Past open source experience

I've made some minor patches to mediawiki, and I also maintain several javascript tools on wikinews, however beyond that i do not have much experience.

Any other info

I was thinking that for addressing the issue of MediaHandler::formatMetadata() not being flexible enough (per comments in source code[2]), a possible way of re-arranging things would be to move the current code in image page that turns the array that formatMetadata() returns into a table to a static method of mediaHandler. Then have formatMetadata() normally return an html string, which would normally be created by a method of mediaHandler. If specific mediahandler subclasses need to do some complicated formatting, they can just return the appropriate html itself. To retain backwards compatibility, if the imagepage gets an array from formatMetadata, it sends it to the static method of mediaHandler. That was just an initial thought though.

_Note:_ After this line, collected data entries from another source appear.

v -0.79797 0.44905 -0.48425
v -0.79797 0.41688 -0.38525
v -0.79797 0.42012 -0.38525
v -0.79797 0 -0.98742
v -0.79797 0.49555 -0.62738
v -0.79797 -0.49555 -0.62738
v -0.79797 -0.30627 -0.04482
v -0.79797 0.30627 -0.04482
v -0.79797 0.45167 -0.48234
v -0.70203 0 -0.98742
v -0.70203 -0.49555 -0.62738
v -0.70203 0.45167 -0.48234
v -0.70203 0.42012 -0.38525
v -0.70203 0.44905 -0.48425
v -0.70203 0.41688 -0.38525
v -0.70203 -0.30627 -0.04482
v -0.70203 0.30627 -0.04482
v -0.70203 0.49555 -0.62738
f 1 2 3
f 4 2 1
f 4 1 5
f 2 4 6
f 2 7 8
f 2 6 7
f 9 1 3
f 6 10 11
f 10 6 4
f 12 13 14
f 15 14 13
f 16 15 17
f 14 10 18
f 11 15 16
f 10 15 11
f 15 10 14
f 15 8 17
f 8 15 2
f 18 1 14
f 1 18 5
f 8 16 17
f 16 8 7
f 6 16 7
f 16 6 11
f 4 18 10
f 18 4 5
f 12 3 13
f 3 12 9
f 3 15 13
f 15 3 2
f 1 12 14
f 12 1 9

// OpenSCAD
EPS = 0.01;

module circle_extrude(r, h) {
    translate([0, 0, -h/2])
    linear_extrude(height=h)
    circle(r=r);
}

module sketch0() {
    union() {
        translate([0.5210526315789474, 0, 0])
        circle_extrude(0.5210526315789474, 0.0859375 + EPS);
        
        translate([0.5101973684210527, 0.36907894736842106, 0])
        circle_extrude(0.0868421052631579, 0.0859375 + EPS);
        
        translate([0.8901315789473685, 0.010855263157894738, 0])
        circle_extrude(0.0868421052631579, 0.0859375 + EPS);
    }
}

translate([-0.75, 0.0, 0.0546875])
rotate([0, 90, 0])
sketch0();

I was thinking (this is just my initial thoughts) perhaps the metadata table should be like the current table, but have different sections for the different types of metadata.

Metadata
Exif
Some field	some value
foo	bar
XMP
Description	A picture of a butterfly
Description	Somebody

On the other hand, that approach somewhat over-emphasizes the different technical formats, which the average user doesn't care about the different formats. For ogg files, the metadata might be split up by the different streams ("Audio stream <id>", "Video stream <id>" etc). For example, the metadata for File:Wikinews11Apr2005 Demo (high quality).ogg (api output) might look like:

Metadata
Video Stream (1413894367)
Type	Theora
Vendor	Xiph.Org libTheora I 20060526 3 2 0
length	1 minute
Title	Wikinews video broadcast demo <n:en:Wikinews:Broadcast>
Artist	David Vasquez <n:en:user:David Vasquez>
Location	San Jose, California
Organization	Wikinews, the free news source <http://en.wikinews.org/>
Copyright	Public Domain except for the logo is copyright the Wikimedia foundation. See commons:Template:CopyrightByWikimedia
Encoder	ffmpeg2theora 0.18
Audio Stream (633291139)
Type	Vorbis
Vendor	Xiph.Org libVorbis I 20070622
Length	1 minute
Channels	2
Sample rate	48000
Encoder	ffmpeg2theora 0.18

(With some of the more technical fields hidden by default using the js toggle)

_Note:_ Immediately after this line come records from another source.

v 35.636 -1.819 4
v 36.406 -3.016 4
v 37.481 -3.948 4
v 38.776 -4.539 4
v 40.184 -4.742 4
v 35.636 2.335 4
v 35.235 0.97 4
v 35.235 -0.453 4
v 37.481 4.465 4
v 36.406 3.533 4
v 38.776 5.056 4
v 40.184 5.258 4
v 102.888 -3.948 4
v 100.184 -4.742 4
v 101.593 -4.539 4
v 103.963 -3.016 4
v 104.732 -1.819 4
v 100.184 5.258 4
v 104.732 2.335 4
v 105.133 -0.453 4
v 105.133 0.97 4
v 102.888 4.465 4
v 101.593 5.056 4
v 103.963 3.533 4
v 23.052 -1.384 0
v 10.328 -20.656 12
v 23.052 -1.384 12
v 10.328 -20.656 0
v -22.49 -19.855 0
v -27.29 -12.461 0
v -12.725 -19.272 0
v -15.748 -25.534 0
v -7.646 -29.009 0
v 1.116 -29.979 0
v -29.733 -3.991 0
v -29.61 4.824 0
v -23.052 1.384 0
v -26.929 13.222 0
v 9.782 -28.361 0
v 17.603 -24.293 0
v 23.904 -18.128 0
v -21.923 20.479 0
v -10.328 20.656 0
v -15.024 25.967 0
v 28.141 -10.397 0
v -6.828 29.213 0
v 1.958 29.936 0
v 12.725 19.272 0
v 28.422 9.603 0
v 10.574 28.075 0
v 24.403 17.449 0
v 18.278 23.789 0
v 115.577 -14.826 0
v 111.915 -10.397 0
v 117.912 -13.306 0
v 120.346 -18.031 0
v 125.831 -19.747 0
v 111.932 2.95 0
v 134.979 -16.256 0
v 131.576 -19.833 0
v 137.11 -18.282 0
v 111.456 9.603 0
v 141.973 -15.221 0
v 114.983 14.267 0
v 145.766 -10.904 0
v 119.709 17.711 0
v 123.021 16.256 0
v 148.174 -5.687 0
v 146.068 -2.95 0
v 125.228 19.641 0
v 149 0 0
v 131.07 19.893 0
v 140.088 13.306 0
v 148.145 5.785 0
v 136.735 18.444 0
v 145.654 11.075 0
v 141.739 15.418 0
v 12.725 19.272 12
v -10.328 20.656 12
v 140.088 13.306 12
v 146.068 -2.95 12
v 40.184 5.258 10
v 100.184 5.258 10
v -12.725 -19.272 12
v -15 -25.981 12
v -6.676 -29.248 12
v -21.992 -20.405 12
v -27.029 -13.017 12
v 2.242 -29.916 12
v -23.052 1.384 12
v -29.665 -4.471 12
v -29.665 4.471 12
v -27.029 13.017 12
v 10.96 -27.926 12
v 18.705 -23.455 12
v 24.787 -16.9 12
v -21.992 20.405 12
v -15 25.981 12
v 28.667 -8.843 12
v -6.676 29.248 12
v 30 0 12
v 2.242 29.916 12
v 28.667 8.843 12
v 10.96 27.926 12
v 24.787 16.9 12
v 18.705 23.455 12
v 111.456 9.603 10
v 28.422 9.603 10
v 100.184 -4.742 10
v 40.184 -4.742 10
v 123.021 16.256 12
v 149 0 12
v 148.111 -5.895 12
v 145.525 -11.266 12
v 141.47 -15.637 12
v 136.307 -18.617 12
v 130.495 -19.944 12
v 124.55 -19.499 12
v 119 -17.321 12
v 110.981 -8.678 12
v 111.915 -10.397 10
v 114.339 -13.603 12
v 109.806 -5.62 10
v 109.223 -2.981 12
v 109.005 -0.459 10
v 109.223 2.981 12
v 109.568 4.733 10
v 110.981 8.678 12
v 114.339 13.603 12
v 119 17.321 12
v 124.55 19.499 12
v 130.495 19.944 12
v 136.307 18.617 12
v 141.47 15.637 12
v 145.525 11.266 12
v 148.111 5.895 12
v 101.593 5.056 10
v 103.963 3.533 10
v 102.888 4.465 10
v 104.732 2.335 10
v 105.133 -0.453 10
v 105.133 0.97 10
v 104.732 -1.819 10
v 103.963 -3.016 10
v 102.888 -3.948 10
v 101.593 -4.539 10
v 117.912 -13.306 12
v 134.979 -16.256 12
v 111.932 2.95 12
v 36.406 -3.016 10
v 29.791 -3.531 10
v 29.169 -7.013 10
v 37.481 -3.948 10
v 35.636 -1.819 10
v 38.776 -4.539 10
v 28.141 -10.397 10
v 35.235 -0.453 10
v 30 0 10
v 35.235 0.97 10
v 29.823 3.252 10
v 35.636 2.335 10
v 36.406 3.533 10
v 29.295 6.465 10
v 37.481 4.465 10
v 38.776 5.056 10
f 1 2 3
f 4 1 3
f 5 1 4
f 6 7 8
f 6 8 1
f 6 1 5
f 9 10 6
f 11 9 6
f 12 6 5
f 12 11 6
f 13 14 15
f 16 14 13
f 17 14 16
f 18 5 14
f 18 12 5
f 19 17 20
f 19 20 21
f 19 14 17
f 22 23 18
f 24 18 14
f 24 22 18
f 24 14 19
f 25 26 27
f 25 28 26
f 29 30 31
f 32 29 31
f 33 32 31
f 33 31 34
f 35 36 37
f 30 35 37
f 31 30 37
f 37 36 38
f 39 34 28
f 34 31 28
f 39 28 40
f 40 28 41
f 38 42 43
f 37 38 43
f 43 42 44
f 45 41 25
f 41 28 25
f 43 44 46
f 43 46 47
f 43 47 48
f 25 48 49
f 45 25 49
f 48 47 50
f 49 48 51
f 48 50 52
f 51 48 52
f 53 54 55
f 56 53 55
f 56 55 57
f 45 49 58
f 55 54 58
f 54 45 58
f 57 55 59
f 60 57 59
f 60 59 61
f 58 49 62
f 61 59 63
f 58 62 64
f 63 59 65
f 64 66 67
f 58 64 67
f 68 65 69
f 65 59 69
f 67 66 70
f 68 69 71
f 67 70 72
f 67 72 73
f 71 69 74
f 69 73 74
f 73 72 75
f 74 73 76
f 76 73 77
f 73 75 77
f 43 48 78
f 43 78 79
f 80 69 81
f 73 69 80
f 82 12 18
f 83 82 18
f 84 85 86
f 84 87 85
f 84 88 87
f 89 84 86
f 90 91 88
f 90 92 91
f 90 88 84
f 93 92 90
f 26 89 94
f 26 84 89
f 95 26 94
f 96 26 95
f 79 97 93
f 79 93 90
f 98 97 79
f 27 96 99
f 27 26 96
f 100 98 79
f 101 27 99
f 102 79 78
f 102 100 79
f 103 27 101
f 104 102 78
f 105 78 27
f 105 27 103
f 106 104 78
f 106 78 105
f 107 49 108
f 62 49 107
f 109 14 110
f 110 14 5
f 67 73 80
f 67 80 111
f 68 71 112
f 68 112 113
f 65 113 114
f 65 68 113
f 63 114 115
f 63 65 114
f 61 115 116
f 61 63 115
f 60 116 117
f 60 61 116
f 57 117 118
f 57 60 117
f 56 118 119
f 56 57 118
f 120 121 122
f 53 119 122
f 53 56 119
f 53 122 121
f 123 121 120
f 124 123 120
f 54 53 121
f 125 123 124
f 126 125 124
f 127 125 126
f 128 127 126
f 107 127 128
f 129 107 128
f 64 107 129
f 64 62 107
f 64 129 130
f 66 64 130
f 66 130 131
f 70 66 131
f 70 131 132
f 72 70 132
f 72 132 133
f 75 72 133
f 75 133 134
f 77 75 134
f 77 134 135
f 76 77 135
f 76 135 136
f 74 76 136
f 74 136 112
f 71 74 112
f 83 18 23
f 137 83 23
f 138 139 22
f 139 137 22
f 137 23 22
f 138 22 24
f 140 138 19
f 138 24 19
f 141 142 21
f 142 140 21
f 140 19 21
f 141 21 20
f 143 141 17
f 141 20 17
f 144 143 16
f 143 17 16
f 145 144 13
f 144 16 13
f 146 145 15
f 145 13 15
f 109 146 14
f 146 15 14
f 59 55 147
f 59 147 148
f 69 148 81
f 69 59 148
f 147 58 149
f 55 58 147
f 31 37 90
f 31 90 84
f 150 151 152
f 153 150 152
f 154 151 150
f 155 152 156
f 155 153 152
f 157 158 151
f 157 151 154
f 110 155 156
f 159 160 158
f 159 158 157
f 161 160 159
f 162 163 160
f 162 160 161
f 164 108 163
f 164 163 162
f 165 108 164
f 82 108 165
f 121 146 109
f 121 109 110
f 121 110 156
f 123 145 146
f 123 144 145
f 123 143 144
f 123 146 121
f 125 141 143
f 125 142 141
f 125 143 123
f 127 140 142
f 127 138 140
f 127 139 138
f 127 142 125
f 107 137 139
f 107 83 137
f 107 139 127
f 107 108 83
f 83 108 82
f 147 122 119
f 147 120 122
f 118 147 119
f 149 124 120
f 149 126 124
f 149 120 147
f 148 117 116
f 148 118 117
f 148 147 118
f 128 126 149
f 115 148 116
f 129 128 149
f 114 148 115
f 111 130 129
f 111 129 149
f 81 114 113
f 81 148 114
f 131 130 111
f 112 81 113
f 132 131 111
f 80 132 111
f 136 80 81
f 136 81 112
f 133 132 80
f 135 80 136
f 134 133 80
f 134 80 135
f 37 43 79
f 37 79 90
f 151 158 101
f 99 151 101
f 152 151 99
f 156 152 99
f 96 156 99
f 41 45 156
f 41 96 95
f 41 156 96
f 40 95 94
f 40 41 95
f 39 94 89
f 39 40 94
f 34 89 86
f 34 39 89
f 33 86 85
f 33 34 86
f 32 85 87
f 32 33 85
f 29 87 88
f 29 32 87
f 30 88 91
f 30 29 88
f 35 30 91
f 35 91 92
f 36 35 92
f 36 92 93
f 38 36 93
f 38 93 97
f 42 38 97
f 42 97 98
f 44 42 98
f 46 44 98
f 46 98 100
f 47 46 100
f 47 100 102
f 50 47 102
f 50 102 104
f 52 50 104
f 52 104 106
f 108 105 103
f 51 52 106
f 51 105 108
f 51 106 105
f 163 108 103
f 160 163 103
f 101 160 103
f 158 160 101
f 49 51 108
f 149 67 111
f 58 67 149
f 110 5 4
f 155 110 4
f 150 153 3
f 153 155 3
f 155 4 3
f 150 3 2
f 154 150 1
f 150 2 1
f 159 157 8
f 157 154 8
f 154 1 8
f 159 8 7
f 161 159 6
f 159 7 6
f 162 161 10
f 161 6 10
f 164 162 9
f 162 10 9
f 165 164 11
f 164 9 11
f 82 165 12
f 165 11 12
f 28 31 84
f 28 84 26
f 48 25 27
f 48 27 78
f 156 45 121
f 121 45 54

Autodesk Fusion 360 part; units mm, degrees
sketch "Sketch1" plane through (0, 0, 0) normal (0, 0, 1) x (1, 0, 0) in component "ex2"
  circle A0 centre (0, 0) radius 30
  circle A1 centre (129, 0) radius 20
  line L0 (12.7246, 19.2722) -> (-10.328, 20.6559)
  line L1 (-10.328, 20.6559) -> (-23.0525, 1.3837)
  line L2 (-23.0525, 1.3837) -> (-12.7246, -19.2722)
  line L3 (-12.7246, -19.2722) -> (10.328, -20.6559)
  line L4 (10.328, -20.6559) -> (23.0525, -1.3837)
  line L5 (23.0525, -1.3837) -> (12.7246, 19.2722)
  line L6 (146.0675, -2.9498) -> (140.0883, 13.306)
  line L7 (140.0883, 13.306) -> (123.0208, 16.2558)
  line L8 (123.0208, 16.2558) -> (111.9325, 2.9498)
  line L9 (111.9325, 2.9498) -> (117.9117, -13.306)
  line L10 (117.9117, -13.306) -> (134.9792, -16.2558)
  line L11 (134.9792, -16.2558) -> (146.0675, -2.9498)
  line L12 (28.4216, 9.6028) -> (111.4561, 9.6028)
  line L13 (28.1407, -10.3972) -> (111.915, -10.3972)
  line L14 (70.2554, 9.6028) -> (70.2554, -10.3972) construction
  line L15 (40.1843, 5.2583) -> (100.1843, 5.2583)
  line L16 (100.1843, -4.7417) -> (40.1843, -4.7417)
  arc A2 (40.1843, 5.2583) -> (40.1843, -4.7417) centre (40.1843, 0.2583) ccw
  arc A3 (100.1843, -4.7417) -> (100.1843, 5.2583) centre (100.1843, 0.2583) ccw
  point P0 (129, 0)
  dimension "d1" = 60
  dimension "d2" = 40
  dimension "d3" = 129
  dimension "d4" = 20
  dimension "d5" = 15
  dimension "d6" = 20
  dimension "d9" = 60
  dimension "d10" = 10
extrude "Extrude1" add sketch "Sketch1" along normal blind 10 contours A0 A1 L12 L13 in component "ex2"
sketch "Sketch1 (2)" plane through (0, 0, 0) normal (0, 0, 1) x (1, 0, 0)
  line L0 (30, 0) -> (46.6152, 0) construction
sketch "Sketch2" plane through (0, 0, 0) normal (0, 0, 1) x (1, 0, 0)
  line L0 (40, 5) -> (100, 5)
  line L1 (100, -5) -> (40, -5)
  arc A0 (40, 5) -> (40, -5) centre (40, 0) ccw
  arc A1 (100, -5) -> (100, 5) centre (100, 0) ccw
  dimension "d7" = 10
  dimension "d8" = 60
sketch "Sketch2 (2)" plane through (0, 0, 0) normal (0, 0, 1) x (1, 0, 0) in component "ex2"
extrude "Extrude2" add sketch "Sketch1" along normal blind 12 contours A0 | A1 in component "ex2"
extrude "Extrude3" add sketch "Sketch1" along normal blind 4 contours L15 L16 A2 A3 in component "ex2"
component "ex2" placed x (1, 0, 0) y (0, 1, 0) z (0, 0, 1) at (0, 0, 0)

If I do have time, I'd imagine a metadata editor implemented as a special page (perhaps an extension) that user can modify/add fields would be quite awesome. On save, it would be roughly equivalent to uploading a new file (like how reverting an image is like uploading a new file), but with a different action in the upload log. If time permits, I would definitely like to work towards a metadata editor. Currently when people download a file, most information on the image description page is lost. If people then find the file on their hard drive six months later, they have no idea where it came from. Imagine if all the information contained in commons:template:description was also in the meta-data. Then when people open the file six months later, their image editing program can inform them the source of the image, the url at commons, its description, etc.